# which is the best way to power your tools



## Bob Mariani (Dec 1, 2008)

What skills do you have? What type of work are you planning to do? This would determine the best tools to use. For handyman work all you need is battery powered tools.


----------



## jerryh3 (Dec 10, 2007)

Deleted


----------



## Gary_602z (Nov 15, 2008)

howitt said:


> hello, I am going to start doing handyman jobs which would include renovations, repairs and maintenance and I am wondering what type of tools are best to use, tools powered by an air compressor, battery or generator?


Depends on what tools and the job. You can use a circular saw on a generator. But I sure wouldn't want to use a battery one!

Gary


----------



## ponch37300 (Nov 27, 2007)

You need all. There is a time and place to use each tool. What tools do you have now and what tools will you be using? I would make sure you have an electric version of every tool you will be using. Cordless are nice but the battery life for some isn'ta the best and sometimes you just need the power of electric tools. Air compressors for nail guns and other things. Generator can power any electric tool you have as long as you get a big enough one. You have to look at how and where you will be using the tools.


----------



## howitt (Mar 4, 2009)

I want to use my tools for a myriad of jobs. Sometimes for simple tasks like hanging window coverings and assembling furniture and other times for demanding work like deck building, masonry, framing, etc. Cordless drills I'm not worried about its the saws that concern me... are there even cordless saws capable of handling deck building, masonry or framing work?


----------



## Scuba_Dave (Jan 16, 2009)

I don't have a single battery operated tool at my house
Working on my own house I prefer corded
A friend has a compressor that I borrow, he has a nail gun
I haven't used it, instead I hammer by hand


----------



## Bob Mariani (Dec 1, 2008)

howitt said:


> I want to use my tools for a myriad of jobs. Sometimes for simple tasks like hanging window coverings and assembling furniture and other times for demanding work like deck building, masonry, framing, etc. Cordless drills I'm not worried about its the saws that concern me... are there even cordless saws capable of handling deck building, masonry or framing work?

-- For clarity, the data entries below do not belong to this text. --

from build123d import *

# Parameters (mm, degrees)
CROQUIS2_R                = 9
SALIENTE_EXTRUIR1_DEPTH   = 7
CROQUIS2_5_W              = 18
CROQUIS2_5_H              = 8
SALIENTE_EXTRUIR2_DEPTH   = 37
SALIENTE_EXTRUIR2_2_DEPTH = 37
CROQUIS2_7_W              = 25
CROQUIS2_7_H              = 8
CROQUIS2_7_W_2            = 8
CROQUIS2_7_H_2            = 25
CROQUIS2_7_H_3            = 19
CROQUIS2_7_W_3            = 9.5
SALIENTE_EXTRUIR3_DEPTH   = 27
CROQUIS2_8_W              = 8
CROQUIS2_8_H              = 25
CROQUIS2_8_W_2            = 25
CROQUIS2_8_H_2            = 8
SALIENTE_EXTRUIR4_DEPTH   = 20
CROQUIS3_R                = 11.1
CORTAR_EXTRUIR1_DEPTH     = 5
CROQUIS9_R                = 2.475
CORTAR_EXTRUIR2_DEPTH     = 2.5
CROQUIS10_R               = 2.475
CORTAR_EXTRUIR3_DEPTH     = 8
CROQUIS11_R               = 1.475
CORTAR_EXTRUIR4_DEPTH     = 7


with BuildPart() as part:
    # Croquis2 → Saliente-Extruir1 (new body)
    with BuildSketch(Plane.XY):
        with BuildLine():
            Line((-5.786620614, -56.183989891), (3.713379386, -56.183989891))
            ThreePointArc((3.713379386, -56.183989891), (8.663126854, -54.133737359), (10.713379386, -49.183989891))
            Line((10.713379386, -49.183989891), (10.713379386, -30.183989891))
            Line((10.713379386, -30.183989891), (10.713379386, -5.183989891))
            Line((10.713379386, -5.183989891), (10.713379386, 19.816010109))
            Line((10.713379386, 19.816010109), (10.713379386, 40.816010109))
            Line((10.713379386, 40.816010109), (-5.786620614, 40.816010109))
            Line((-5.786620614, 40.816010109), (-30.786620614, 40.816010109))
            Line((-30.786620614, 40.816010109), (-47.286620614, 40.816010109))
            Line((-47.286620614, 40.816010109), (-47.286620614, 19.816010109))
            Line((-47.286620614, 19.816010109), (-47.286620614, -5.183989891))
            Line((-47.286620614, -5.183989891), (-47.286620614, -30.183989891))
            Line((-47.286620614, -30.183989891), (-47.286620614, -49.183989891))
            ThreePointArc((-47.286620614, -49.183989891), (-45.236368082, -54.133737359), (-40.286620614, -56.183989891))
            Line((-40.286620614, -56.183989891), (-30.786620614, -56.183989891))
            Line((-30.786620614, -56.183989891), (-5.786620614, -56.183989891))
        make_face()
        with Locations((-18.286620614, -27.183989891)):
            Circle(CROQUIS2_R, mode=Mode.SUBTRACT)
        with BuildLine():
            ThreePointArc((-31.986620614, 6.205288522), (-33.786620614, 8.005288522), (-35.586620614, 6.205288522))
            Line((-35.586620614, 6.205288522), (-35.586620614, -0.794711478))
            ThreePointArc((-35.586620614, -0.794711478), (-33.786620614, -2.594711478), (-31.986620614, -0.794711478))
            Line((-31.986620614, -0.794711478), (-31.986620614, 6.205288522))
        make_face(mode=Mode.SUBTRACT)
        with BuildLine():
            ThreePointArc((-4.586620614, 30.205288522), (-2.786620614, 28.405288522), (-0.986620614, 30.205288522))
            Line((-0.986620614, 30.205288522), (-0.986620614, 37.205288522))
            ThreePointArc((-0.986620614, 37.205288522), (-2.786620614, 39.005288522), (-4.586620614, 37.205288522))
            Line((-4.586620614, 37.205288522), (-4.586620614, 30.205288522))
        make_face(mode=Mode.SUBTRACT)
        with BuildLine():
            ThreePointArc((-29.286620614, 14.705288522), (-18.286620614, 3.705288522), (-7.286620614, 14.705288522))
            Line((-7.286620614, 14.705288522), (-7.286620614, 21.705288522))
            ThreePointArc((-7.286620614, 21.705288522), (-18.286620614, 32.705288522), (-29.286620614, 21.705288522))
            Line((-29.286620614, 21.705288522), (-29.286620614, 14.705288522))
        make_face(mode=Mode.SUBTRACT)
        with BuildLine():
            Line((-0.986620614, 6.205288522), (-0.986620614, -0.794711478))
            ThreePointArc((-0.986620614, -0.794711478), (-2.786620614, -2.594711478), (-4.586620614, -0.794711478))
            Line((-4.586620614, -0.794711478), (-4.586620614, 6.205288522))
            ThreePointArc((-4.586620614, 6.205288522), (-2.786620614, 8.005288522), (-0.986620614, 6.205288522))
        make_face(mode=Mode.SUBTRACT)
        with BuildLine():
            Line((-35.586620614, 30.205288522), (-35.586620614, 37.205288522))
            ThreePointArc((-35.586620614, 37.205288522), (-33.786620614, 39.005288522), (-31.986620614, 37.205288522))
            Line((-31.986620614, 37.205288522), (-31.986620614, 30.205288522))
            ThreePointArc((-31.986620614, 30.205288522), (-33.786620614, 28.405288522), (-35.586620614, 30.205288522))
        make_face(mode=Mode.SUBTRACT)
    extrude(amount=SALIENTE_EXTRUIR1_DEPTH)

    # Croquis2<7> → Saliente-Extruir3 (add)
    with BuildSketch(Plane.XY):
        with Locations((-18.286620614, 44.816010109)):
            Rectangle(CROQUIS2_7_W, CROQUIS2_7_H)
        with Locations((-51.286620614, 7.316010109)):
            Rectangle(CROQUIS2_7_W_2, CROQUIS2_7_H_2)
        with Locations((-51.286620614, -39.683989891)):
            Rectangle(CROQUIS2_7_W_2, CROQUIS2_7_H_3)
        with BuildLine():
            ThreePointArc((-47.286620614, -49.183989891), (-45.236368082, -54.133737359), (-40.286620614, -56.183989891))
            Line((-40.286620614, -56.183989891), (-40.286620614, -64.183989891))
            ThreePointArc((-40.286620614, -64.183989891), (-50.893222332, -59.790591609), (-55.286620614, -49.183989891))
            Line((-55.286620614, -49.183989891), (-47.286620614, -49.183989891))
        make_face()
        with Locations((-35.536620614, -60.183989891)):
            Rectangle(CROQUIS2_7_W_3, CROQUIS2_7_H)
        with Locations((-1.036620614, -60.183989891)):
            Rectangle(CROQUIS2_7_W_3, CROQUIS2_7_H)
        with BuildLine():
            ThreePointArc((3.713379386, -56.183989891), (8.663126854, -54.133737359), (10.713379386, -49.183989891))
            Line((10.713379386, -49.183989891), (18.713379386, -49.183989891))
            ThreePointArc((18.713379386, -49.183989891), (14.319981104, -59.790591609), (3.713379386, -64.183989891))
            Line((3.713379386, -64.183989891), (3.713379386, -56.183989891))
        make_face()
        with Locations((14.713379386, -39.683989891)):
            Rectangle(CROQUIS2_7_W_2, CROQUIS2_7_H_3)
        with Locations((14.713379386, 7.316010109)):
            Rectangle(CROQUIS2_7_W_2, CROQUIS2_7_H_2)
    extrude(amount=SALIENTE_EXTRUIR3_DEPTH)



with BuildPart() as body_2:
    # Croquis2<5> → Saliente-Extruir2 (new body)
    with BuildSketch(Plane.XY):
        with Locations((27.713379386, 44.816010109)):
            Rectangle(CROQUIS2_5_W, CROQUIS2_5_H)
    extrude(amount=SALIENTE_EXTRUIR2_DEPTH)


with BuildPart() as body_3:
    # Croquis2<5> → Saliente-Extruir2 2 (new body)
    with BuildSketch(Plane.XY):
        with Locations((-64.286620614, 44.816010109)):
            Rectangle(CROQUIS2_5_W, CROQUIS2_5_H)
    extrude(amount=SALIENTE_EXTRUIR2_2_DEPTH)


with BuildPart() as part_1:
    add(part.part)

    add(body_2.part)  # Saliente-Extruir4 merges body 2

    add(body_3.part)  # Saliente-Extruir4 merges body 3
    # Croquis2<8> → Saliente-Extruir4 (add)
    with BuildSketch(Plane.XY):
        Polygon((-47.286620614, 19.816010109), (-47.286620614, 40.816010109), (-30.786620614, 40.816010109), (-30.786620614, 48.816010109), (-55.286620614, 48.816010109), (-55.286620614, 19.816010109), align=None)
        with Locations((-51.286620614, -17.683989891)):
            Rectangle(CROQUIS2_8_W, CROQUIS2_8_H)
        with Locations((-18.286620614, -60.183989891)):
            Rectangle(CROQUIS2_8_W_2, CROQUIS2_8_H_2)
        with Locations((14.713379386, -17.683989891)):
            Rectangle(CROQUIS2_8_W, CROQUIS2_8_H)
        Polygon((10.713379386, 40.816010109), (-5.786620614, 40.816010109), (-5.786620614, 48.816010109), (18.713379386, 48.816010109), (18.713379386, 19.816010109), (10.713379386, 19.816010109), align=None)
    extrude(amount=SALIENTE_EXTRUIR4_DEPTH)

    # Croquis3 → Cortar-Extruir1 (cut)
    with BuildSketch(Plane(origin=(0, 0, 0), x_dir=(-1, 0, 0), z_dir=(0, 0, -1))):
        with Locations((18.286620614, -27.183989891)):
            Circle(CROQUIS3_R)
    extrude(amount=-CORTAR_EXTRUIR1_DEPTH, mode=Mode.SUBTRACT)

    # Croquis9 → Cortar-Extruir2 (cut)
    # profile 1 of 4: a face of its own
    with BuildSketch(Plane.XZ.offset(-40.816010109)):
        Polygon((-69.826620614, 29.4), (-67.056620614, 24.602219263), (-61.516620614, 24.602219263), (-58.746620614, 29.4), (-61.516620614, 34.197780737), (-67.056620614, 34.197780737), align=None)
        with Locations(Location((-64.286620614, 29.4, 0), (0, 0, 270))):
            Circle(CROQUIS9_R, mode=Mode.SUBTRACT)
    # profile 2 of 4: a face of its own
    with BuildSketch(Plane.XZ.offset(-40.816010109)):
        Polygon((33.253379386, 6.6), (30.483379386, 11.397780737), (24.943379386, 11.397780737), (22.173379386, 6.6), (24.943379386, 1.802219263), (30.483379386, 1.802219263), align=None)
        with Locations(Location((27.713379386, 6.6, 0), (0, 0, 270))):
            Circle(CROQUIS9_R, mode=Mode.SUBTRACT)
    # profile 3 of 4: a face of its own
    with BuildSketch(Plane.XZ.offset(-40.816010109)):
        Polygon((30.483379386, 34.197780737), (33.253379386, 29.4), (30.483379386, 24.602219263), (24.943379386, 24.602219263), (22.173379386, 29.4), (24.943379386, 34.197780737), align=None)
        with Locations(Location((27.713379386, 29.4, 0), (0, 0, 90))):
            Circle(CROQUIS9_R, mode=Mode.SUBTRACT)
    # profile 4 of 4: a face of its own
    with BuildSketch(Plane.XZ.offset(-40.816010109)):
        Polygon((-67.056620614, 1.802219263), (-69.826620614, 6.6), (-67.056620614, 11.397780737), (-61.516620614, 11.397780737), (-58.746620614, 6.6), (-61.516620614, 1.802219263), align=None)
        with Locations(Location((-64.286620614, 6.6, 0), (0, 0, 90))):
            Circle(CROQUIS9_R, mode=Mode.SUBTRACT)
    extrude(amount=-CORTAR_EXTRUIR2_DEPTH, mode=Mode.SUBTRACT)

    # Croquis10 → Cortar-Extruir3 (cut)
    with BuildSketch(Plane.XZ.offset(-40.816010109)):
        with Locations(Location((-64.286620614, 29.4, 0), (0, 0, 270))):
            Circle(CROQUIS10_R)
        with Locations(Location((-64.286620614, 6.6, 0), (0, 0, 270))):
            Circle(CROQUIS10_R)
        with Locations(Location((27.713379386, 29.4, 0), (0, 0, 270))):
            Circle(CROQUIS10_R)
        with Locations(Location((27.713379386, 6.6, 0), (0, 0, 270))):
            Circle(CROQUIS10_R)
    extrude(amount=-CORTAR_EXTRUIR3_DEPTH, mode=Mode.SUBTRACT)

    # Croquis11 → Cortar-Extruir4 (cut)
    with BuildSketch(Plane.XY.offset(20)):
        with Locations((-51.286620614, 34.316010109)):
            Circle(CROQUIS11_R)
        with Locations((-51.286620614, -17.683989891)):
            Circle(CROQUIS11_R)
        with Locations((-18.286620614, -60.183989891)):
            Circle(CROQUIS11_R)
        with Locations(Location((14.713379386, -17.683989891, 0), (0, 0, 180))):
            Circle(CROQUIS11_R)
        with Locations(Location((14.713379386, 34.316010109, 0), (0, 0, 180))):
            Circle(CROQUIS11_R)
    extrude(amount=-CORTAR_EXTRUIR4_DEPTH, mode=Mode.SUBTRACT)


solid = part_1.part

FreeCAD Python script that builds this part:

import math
import FreeCAD as App
import Part
import Sketcher

V = App.Vector
Q = App.Units.Quantity

doc = App.newDocument("Part")
body = doc.addObject("PartDesign::Body", "Body")

# Sketch on XY plane
sketch1 = body.newObject("Sketcher::SketchObject", "Sketch")
sketch1.AttachmentSupport = (doc.getObject("XY_Plane"), [""])
sketch1.MapMode = "FlatFace"
sketch1.addGeometry([
    Part.ArcOfCircle(Part.Circle(V(3.713379, -49.18399, 0), V(0, 0, 1), 7), math.radians(-90), math.radians(0)),  # 0
    Part.LineSegment(V(10.713379, -49.18399, 0), V(10.713379, 40.81601, 0)),  # 1
    Part.LineSegment(V(10.713379, 40.81601, 0), V(-47.286621, 40.81601, 0)),  # 2
    Part.LineSegment(V(-47.286621, 40.81601, 0), V(-47.286621, -49.18399, 0)),  # 3
    Part.ArcOfCircle(Part.Circle(V(-40.286621, -49.18399, 0), V(0, 0, 1), 7), math.radians(-180), math.radians(-90)),  # 4
    Part.LineSegment(V(-40.286621, -56.18399, 0), V(3.713379, -56.18399, 0)),  # 5
    Part.Circle(V(-18.286621, -27.18399, 0), V(0, 0, 1), 9),  # 6
    Part.ArcOfCircle(Part.Circle(V(-33.786621, 6.205289, 0), V(0, 0, 1), 1.8), math.radians(0), math.radians(180)),  # 7
    Part.LineSegment(V(-31.986621, 6.205289, 0), V(-31.986621, -0.794711, 0)),  # 8
    Part.ArcOfCircle(Part.Circle(V(-33.786621, -0.794711, 0), V(0, 0, 1), 1.8), math.radians(180), math.radians(360)),  # 9
    Part.LineSegment(V(-35.586621, -0.794711, 0), V(-35.586621, 6.205289, 0)),  # 10
    Part.ArcOfCircle(Part.Circle(V(-33.786621, 30.205289, 0), V(0, 0, 1), 1.8), math.radians(180), math.radians(360)),  # 11
    Part.LineSegment(V(-35.586621, 30.205289, 0), V(-35.586621, 37.205289, 0)),  # 12
    Part.ArcOfCircle(Part.Circle(V(-33.786621, 37.205289, 0), V(0, 0, 1), 1.8), math.radians(0), math.radians(180)),  # 13
    Part.LineSegment(V(-31.986621, 37.205289, 0), V(-31.986621, 30.205289, 0)),  # 14
    Part.ArcOfCircle(Part.Circle(V(-18.286621, 14.705289, 0), V(0, 0, 1), 11), math.radians(180), math.radians(360)),  # 15
    Part.LineSegment(V(-29.286621, 14.705289, 0), V(-29.286621, 21.705289, 0)),  # 16
    Part.ArcOfCircle(Part.Circle(V(-18.286621, 21.705289, 0), V(0, 0, 1), 11), math.radians(0), math.radians(180)),  # 17
    Part.LineSegment(V(-7.286621, 21.705289, 0), V(-7.286621, 14.705289, 0)),  # 18
    Part.ArcOfCircle(Part.Circle(V(-2.786621, 6.205289, 0), V(0, 0, 1), 1.8), math.radians(0), math.radians(180)),  # 19
    Part.LineSegment(V(-0.986621, 6.205289, 0), V(-0.986621, -0.794711, 0)),  # 20
    Part.ArcOfCircle(Part.Circle(V(-2.786621, -0.794711, 0), V(0, 0, 1), 1.8), math.radians(180), math.radians(360)),  # 21
    Part.LineSegment(V(-4.586621, -0.794711, 0), V(-4.586621, 6.205289, 0)),  # 22
    Part.ArcOfCircle(Part.Circle(V(-2.786621, 30.205289, 0), V(0, 0, 1), 1.8), math.radians(180), math.radians(360)),  # 23
    Part.LineSegment(V(-4.586621, 30.205289, 0), V(-4.586621, 37.205289, 0)),  # 24
    Part.ArcOfCircle(Part.Circle(V(-2.786621, 37.205289, 0), V(0, 0, 1), 1.8), math.radians(0), math.radians(180)),  # 25
    Part.LineSegment(V(-0.986621, 37.205289, 0), V(-0.986621, 30.205289, 0)),  # 26
], False)
sketch1.addConstraint([
    Sketcher.Constraint("Tangent", 0, 2, 1, 1),
    Sketcher.Constraint("Coincident", 1, 2, 2, 1),
    Sketcher.Constraint("Coincident", 2, 2, 3, 1),
    Sketcher.Constraint("Tangent", 3, 2, 4, 1),
    Sketcher.Constraint("Tangent", 4, 2, 5, 1),
    Sketcher.Constraint("Tangent", 5, 2, 0, 1),
    Sketcher.Constraint("Tangent", 7, 1, 8, 1),
    Sketcher.Constraint("Tangent", 8, 2, 9, 2),
    Sketcher.Constraint("Tangent", 9, 1, 10, 1),
    Sketcher.Constraint("Tangent", 10, 2, 7, 2),
    Sketcher.Constraint("Tangent", 11, 1, 12, 1),
    Sketcher.Constraint("Tangent", 12, 2, 13, 2),
    Sketcher.Constraint("Tangent", 13, 1, 14, 1),
    Sketcher.Constraint("Tangent", 14, 2, 11, 2),
    Sketcher.Constraint("Tangent", 15, 1, 16, 1),
    Sketcher.Constraint("Tangent", 16, 2, 17, 2),
    Sketcher.Constraint("Tangent", 17, 1, 18, 1),
    Sketcher.Constraint("Tangent", 18, 2, 15, 2),
    Sketcher.Constraint("Tangent", 19, 1, 20, 1),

Yes, any of the 18V units with good blades will work fine. Also buy a quick charger and extra batteries.


----------



## Bob Mariani (Dec 1, 2008)

Scuba_Dave said:


> I don't have a single battery operated tool at my house
> Working on my own house I prefer corded
> A friend has a compressor that I borrow, he has a nail gun
> I haven't used it, instead I hammer by hand



you are joking right?


----------



## Scuba_Dave (Jan 16, 2009)

Nope...24x36 garage/great room over & walk up attic by hand


----------



## Thurman (Feb 9, 2009)

I'm with Dave, I own one battery operated drill, and use it sparingly. Maybe I'm "old school" to much, I'll admit I'm 60, but I like hand tools. NO, I don't cut lumber with a hand saw, just special cuts. I prefer to nail by hand and "feel" what I am doing. I cut trim with a power saw, and cope with a hand coping saw. Yes, my friends will tell you I am different. One old girlfriend even tells people that years ago I would only have sex standing up in a hammock. . Have a great day.


----------